There are multiple recordings by Richter, the one I like, because of a pervasive and gentle melancholy, is on an Orfeo CD of a Salzburg concert with some Debussy. This is the barcarolle recording which I love the most.

Pletnev's Chopin is like a study in piano colour and I find it very rewarding. If you like it see what you think of his 3rd sonata.

Other ones which I have a vague memory of enjoying are Alexei Lubimov's, Nikolai Bozhanov's, Vladimir Horowitz, Ivan Moravec's, and Burkard Schliessmann's, but I'd have to listen again to be sure.

I'm not very keen on it when it's presented as some sort of musical picture postcard of Venice, complete with waves lapping etc etc.

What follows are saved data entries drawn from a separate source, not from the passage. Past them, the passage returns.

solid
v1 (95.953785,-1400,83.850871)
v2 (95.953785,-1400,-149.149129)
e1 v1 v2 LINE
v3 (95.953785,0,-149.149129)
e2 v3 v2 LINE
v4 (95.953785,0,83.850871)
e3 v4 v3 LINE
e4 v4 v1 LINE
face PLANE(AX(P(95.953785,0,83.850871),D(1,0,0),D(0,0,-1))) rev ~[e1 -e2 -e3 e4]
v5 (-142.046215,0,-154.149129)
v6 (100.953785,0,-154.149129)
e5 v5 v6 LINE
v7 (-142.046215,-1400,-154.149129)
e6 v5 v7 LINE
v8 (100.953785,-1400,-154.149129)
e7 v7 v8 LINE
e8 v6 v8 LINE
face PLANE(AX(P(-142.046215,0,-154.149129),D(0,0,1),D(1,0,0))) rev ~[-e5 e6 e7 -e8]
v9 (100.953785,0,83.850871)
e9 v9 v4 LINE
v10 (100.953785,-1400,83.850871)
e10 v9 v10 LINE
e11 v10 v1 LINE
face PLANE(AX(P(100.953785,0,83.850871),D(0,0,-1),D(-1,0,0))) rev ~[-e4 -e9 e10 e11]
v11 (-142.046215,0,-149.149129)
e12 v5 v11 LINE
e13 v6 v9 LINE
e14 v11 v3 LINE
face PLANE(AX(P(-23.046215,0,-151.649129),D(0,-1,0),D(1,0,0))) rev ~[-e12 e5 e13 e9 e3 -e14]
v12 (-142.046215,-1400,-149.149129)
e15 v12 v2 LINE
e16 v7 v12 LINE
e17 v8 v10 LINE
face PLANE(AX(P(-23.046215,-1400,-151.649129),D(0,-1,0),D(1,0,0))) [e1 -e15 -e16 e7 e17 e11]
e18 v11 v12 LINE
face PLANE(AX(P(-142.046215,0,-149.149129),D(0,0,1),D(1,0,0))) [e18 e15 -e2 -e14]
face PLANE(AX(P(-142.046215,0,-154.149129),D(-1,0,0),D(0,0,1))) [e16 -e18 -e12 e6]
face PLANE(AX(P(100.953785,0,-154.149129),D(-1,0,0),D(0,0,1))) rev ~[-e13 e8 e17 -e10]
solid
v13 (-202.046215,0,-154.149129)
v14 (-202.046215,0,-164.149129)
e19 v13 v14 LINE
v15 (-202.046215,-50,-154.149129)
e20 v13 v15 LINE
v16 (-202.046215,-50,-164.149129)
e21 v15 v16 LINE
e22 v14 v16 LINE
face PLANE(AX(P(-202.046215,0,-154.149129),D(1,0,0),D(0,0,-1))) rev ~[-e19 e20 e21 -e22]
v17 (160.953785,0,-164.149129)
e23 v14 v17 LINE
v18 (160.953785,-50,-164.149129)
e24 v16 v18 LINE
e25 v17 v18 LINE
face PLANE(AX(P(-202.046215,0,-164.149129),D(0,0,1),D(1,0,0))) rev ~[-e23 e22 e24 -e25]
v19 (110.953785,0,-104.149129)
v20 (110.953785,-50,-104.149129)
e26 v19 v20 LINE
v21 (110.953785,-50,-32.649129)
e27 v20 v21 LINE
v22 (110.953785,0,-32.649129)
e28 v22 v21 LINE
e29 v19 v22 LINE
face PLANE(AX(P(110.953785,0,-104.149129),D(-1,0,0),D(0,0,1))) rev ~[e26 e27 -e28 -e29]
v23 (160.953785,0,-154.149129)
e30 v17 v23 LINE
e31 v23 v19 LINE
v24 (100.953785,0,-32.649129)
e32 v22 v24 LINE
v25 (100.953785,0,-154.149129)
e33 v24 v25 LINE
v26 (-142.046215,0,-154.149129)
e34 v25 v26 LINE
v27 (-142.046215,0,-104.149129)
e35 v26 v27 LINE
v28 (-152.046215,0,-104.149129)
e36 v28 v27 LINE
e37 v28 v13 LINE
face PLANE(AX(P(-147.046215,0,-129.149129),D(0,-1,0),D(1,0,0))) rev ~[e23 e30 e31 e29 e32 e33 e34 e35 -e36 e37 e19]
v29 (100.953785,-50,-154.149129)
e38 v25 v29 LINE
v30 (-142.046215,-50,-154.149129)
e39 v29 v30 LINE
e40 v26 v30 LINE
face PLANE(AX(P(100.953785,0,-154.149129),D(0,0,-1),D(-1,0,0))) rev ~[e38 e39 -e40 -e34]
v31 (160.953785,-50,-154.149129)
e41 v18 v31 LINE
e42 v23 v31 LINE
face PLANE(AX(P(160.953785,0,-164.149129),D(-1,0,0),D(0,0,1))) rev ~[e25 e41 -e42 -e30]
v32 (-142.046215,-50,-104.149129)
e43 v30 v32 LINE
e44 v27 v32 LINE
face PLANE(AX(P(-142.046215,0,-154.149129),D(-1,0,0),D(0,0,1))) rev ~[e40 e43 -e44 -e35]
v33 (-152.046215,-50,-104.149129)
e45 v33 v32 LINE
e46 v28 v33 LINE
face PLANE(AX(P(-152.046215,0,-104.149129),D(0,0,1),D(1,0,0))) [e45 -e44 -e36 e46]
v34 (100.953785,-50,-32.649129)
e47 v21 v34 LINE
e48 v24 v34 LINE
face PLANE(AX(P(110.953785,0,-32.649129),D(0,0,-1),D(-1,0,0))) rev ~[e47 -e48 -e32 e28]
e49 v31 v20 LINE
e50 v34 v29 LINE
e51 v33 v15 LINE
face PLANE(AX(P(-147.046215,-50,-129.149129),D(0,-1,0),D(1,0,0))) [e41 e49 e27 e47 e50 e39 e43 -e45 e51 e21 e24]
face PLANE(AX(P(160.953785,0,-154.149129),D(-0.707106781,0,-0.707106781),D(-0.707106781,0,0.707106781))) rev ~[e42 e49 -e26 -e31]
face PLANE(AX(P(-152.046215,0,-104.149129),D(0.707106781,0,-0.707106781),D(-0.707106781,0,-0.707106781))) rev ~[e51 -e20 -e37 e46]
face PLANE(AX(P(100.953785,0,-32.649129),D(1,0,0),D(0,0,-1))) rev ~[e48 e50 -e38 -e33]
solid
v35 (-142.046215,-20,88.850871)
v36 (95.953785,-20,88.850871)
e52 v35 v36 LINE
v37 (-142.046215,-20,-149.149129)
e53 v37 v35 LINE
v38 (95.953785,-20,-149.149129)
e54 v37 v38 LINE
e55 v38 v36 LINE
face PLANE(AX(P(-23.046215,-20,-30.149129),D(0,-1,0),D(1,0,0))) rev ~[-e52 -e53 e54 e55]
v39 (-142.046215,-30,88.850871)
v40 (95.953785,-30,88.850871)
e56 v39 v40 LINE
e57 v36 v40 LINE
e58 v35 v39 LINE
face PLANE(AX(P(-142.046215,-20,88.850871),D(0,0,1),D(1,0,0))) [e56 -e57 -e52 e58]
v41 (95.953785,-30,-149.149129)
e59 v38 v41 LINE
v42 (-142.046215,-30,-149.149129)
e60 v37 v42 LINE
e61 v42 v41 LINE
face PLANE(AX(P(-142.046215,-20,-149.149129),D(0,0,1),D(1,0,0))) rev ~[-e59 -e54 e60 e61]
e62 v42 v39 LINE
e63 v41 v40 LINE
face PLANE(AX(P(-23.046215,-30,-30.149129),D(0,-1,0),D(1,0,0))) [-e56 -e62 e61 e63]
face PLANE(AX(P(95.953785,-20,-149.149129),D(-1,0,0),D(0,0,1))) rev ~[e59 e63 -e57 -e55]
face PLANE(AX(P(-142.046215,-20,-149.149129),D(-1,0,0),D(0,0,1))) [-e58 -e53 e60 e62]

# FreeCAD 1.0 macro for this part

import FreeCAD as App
import Part
import Sketcher
Q = App.Units.Quantity

doc = App.newDocument("Part")
body = doc.addObject("PartDesign::Body", "Body")

# Sketch on XZ plane
sketch1 = body.newObject("Sketcher::SketchObject", "Sketch")
sketch1.AttachmentSupport = (doc.getObject("XZ_Plane"), [""])
sketch1.MapMode = "FlatFace"
sketch1.addGeometry([
    Part.LineSegment(App.Vector(-202, -154, 0), App.Vector(-202, -164, 0)),  # 0
    Part.LineSegment(App.Vector(-202, -164, 0), App.Vector(161, -164, 0)),  # 1
    Part.LineSegment(App.Vector(161, -164, 0), App.Vector(161, -154, 0)),  # 2
    Part.LineSegment(App.Vector(161, -154, 0), App.Vector(111, -104, 0)),  # 3
    Part.LineSegment(App.Vector(111, -104, 0), App.Vector(111, -33, 0)),  # 4
    Part.LineSegment(App.Vector(111, -33, 0), App.Vector(101, -33, 0)),  # 5
    Part.LineSegment(App.Vector(101, -33, 0), App.Vector(101, -154, 0)),  # 6
    Part.LineSegment(App.Vector(101, -154, 0), App.Vector(-142, -154, 0)),  # 7
    Part.LineSegment(App.Vector(-142, -154, 0), App.Vector(-142, -104, 0)),  # 8
    Part.LineSegment(App.Vector(-142, -104, 0), App.Vector(-152, -104, 0)),  # 9
    Part.LineSegment(App.Vector(-152, -104, 0), App.Vector(-202, -154, 0)),  # 10
], False)
sketch1.addConstraint([
    Sketcher.Constraint("Coincident", 0, 2, 1, 1),
    Sketcher.Constraint("Coincident", 1, 2, 2, 1),
    Sketcher.Constraint("Coincident", 2, 2, 3, 1),
    Sketcher.Constraint("Coincident", 3, 2, 4, 1),
    Sketcher.Constraint("Coincident", 4, 2, 5, 1),
    Sketcher.Constraint("Coincident", 5, 2, 6, 1),
    Sketcher.Constraint("Coincident", 6, 2, 7, 1),
    Sketcher.Constraint("Coincident", 7, 2, 8, 1),
    Sketcher.Constraint("Coincident", 8, 2, 9, 1),
    Sketcher.Constraint("Coincident", 9, 2, 10, 1),
    Sketcher.Constraint("Coincident", 10, 2, 0, 1),
    Sketcher.Constraint("Vertical", 0),
    Sketcher.Constraint("Horizontal", 1),
    Sketcher.Constraint("Vertical", 2),
    Sketcher.Constraint("Vertical", 4),
    Sketcher.Constraint("Horizontal", 5),
    Sketcher.Constraint("Vertical", 6),
    Sketcher.Constraint("Horizontal", 7),
    Sketcher.Constraint("Vertical", 8),
    Sketcher.Constraint("Horizontal", 9),
    Sketcher.Constraint("Perpendicular", 3, 10),
    Sketcher.Constraint("Horizontal", 2, 2, 6, 2),
    Sketcher.Constraint("Horizontal", 3, 2, 8, 2),
    Sketcher.Constraint("Horizontal", 7, 2, 10, 2),
    Sketcher.Constraint("Equal", 5, 9),
    Sketcher.Constraint("Equal", 9, 0),
    Sketcher.Constraint("Equal", 3, 10),
    Sketcher.Constraint("DistanceX", 1, 1, 1, 2, Q("363 mm")),
    Sketcher.Constraint("DistanceX", 5, 2, 5, 1, Q("10 mm")),
    Sketcher.Constraint("DistanceX", 7, 2, 7, 1, Q("243 mm")),
    Sketcher.Constraint("DistanceY", 4, 1, 4, 2, Q("71.5 mm")),
    Sketcher.Constraint("DistanceY", 0, 2, -1, 1, Q("164.149129 mm")),
    Sketcher.Constraint("DistanceX", 0, 2, -1, 1, Q("202.046215 mm")),
])
pad1 = body.newObject("PartDesign::Pad", "Pad")
pad1.Profile = sketch1
pad1.Length = 50
body2 = doc.addObject("PartDesign::Body", "Body001")

# Sketch on XZ plane
sketch2 = body2.newObject("Sketcher::SketchObject", "Sketch001")
sketch2.AttachmentSupport = (doc.getObject("XZ_Plane001"), [""])
sketch2.MapMode = "FlatFace"
sketch2.AttachmentOffset = App.Placement(App.Vector(0, 0, 20), App.Rotation())
sketch2.addGeometry([
    Part.LineSegment(App.Vector(-142, 89, 0), App.Vector(-142, -149, 0)),
    Part.LineSegment(App.Vector(-142, -149, 0), App.Vector(96, -149, 0)),
    Part.LineSegment(App.Vector(96, -149, 0), App.Vector(96, 89, 0)),
    Part.LineSegment(App.Vector(96, 89, 0), App.Vector(-142, 89, 0)),
], False)
sketch2.addConstraint([
    Sketcher.Constraint("Coincident", 0, 2, 1, 1),
    Sketcher.Constraint("Coincident", 1, 2, 2, 1),
    Sketcher.Constraint("Coincident", 2, 2, 3, 1),
    Sketcher.Constraint("Coincident", 3, 2, 0, 1),
    Sketcher.Constraint("Vertical", 0),
    Sketcher.Constraint("Horizontal", 1),
    Sketcher.Constraint("Vertical", 2),
    Sketcher.Constraint("Horizontal", 3),
    Sketcher.Constraint("Equal", 3, 0),
    Sketcher.Constraint("DistanceX", 1, 1, 1, 2, Q("238 mm")),
    Sketcher.Constraint("DistanceY", 0, 2, -1, 1, Q("149.149129 mm")),
    Sketcher.Constraint("DistanceX", 0, 2, -1, 1, Q("142.046215 mm")),
])
pad2 = body2.newObject("PartDesign::Pad", "Pad001")
pad2.Profile = sketch2
pad2.Length = 10
body3 = doc.addObject("PartDesign::Body", "Body002")

# Sketch on XZ plane
sketch3 = body3.newObject("Sketcher::SketchObject", "Sketch002")
sketch3.AttachmentSupport = (doc.getObject("XZ_Plane002"), [""])
sketch3.MapMode = "FlatFace"
sketch3.addGeometry([
    Part.LineSegment(App.Vector(-142, -149, 0), App.Vector(-142, -154, 0)),  # 0
    Part.LineSegment(App.Vector(-142, -154, 0), App.Vector(101, -154, 0)),  # 1
    Part.LineSegment(App.Vector(101, -154, 0), App.Vector(101, 84, 0)),  # 2
    Part.LineSegment(App.Vector(101, 84, 0), App.Vector(96, 84, 0)),  # 3
    Part.LineSegment(App.Vector(96, 84, 0), App.Vector(96, -149, 0)),  # 4
    Part.LineSegment(App.Vector(96, -149, 0), App.Vector(-142, -149, 0)),  # 5
], False)
sketch3.addConstraint([
    Sketcher.Constraint("Coincident", 0, 2, 1, 1),
    Sketcher.Constraint("Coincident", 1, 2, 2, 1),
    Sketcher.Constraint("Coincident", 2, 2, 3, 1),
    Sketcher.Constraint("Coincident", 3, 2, 4, 1),
    Sketcher.Constraint("Coincident", 4, 2, 5, 1),
    Sketcher.Constraint("Coincident", 5, 2, 0, 1),
    Sketcher.Constraint("Vertical", 0),
    Sketcher.Constraint("Horizontal", 1),
    Sketcher.Constraint("Vertical", 2),
    Sketcher.Constraint("Horizontal", 3),
    Sketcher.Constraint("Vertical", 4),
    Sketcher.Constraint("Horizontal", 5),
    Sketcher.Constraint("Equal", 3, 0),
    Sketcher.Constraint("Equal", 5, 2),
    Sketcher.Constraint("DistanceX", 1, 1, 1, 2, Q("243 mm")),
    Sketcher.Constraint("DistanceX", 3, 2, 3, 1, Q("5 mm")),
    Sketcher.Constraint("DistanceY", 0, 2, -1, 1, Q("154.149129 mm")),
    Sketcher.Constraint("DistanceX", 0, 2, -1, 1, Q("142.046215 mm")),
])
pad3 = body3.newObject("PartDesign::Pad", "Pad002")
pad3.Profile = sketch3
pad3.Length = 1400

doc.recompute()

I prefer a more abstract interpretation.


----------



## Pugg

Welcome to TalkClassical
Some of my favourites are : Dinu Lipatti / Arthur Rubinstein / Murray Perahia / Maurizio Pollini and Benjamin Grosvenor.


----------



## Bettina

The Barcarolle is one of my favorite works (in fact, for many years it was my #1 favorite). I love Argerich's interpretation, because she highlights the contrasts between the dreamy sections and the turbulent patches. When the main theme returns with a thicker texture, near the end, she does a great job bringing out the power and drama of this altered recapitulation.


----------



## hpowders

Rubinstein for his incomparable rubato.


----------



## Bettina

hpowders said:


> Rubinstein for his incomparable rubato.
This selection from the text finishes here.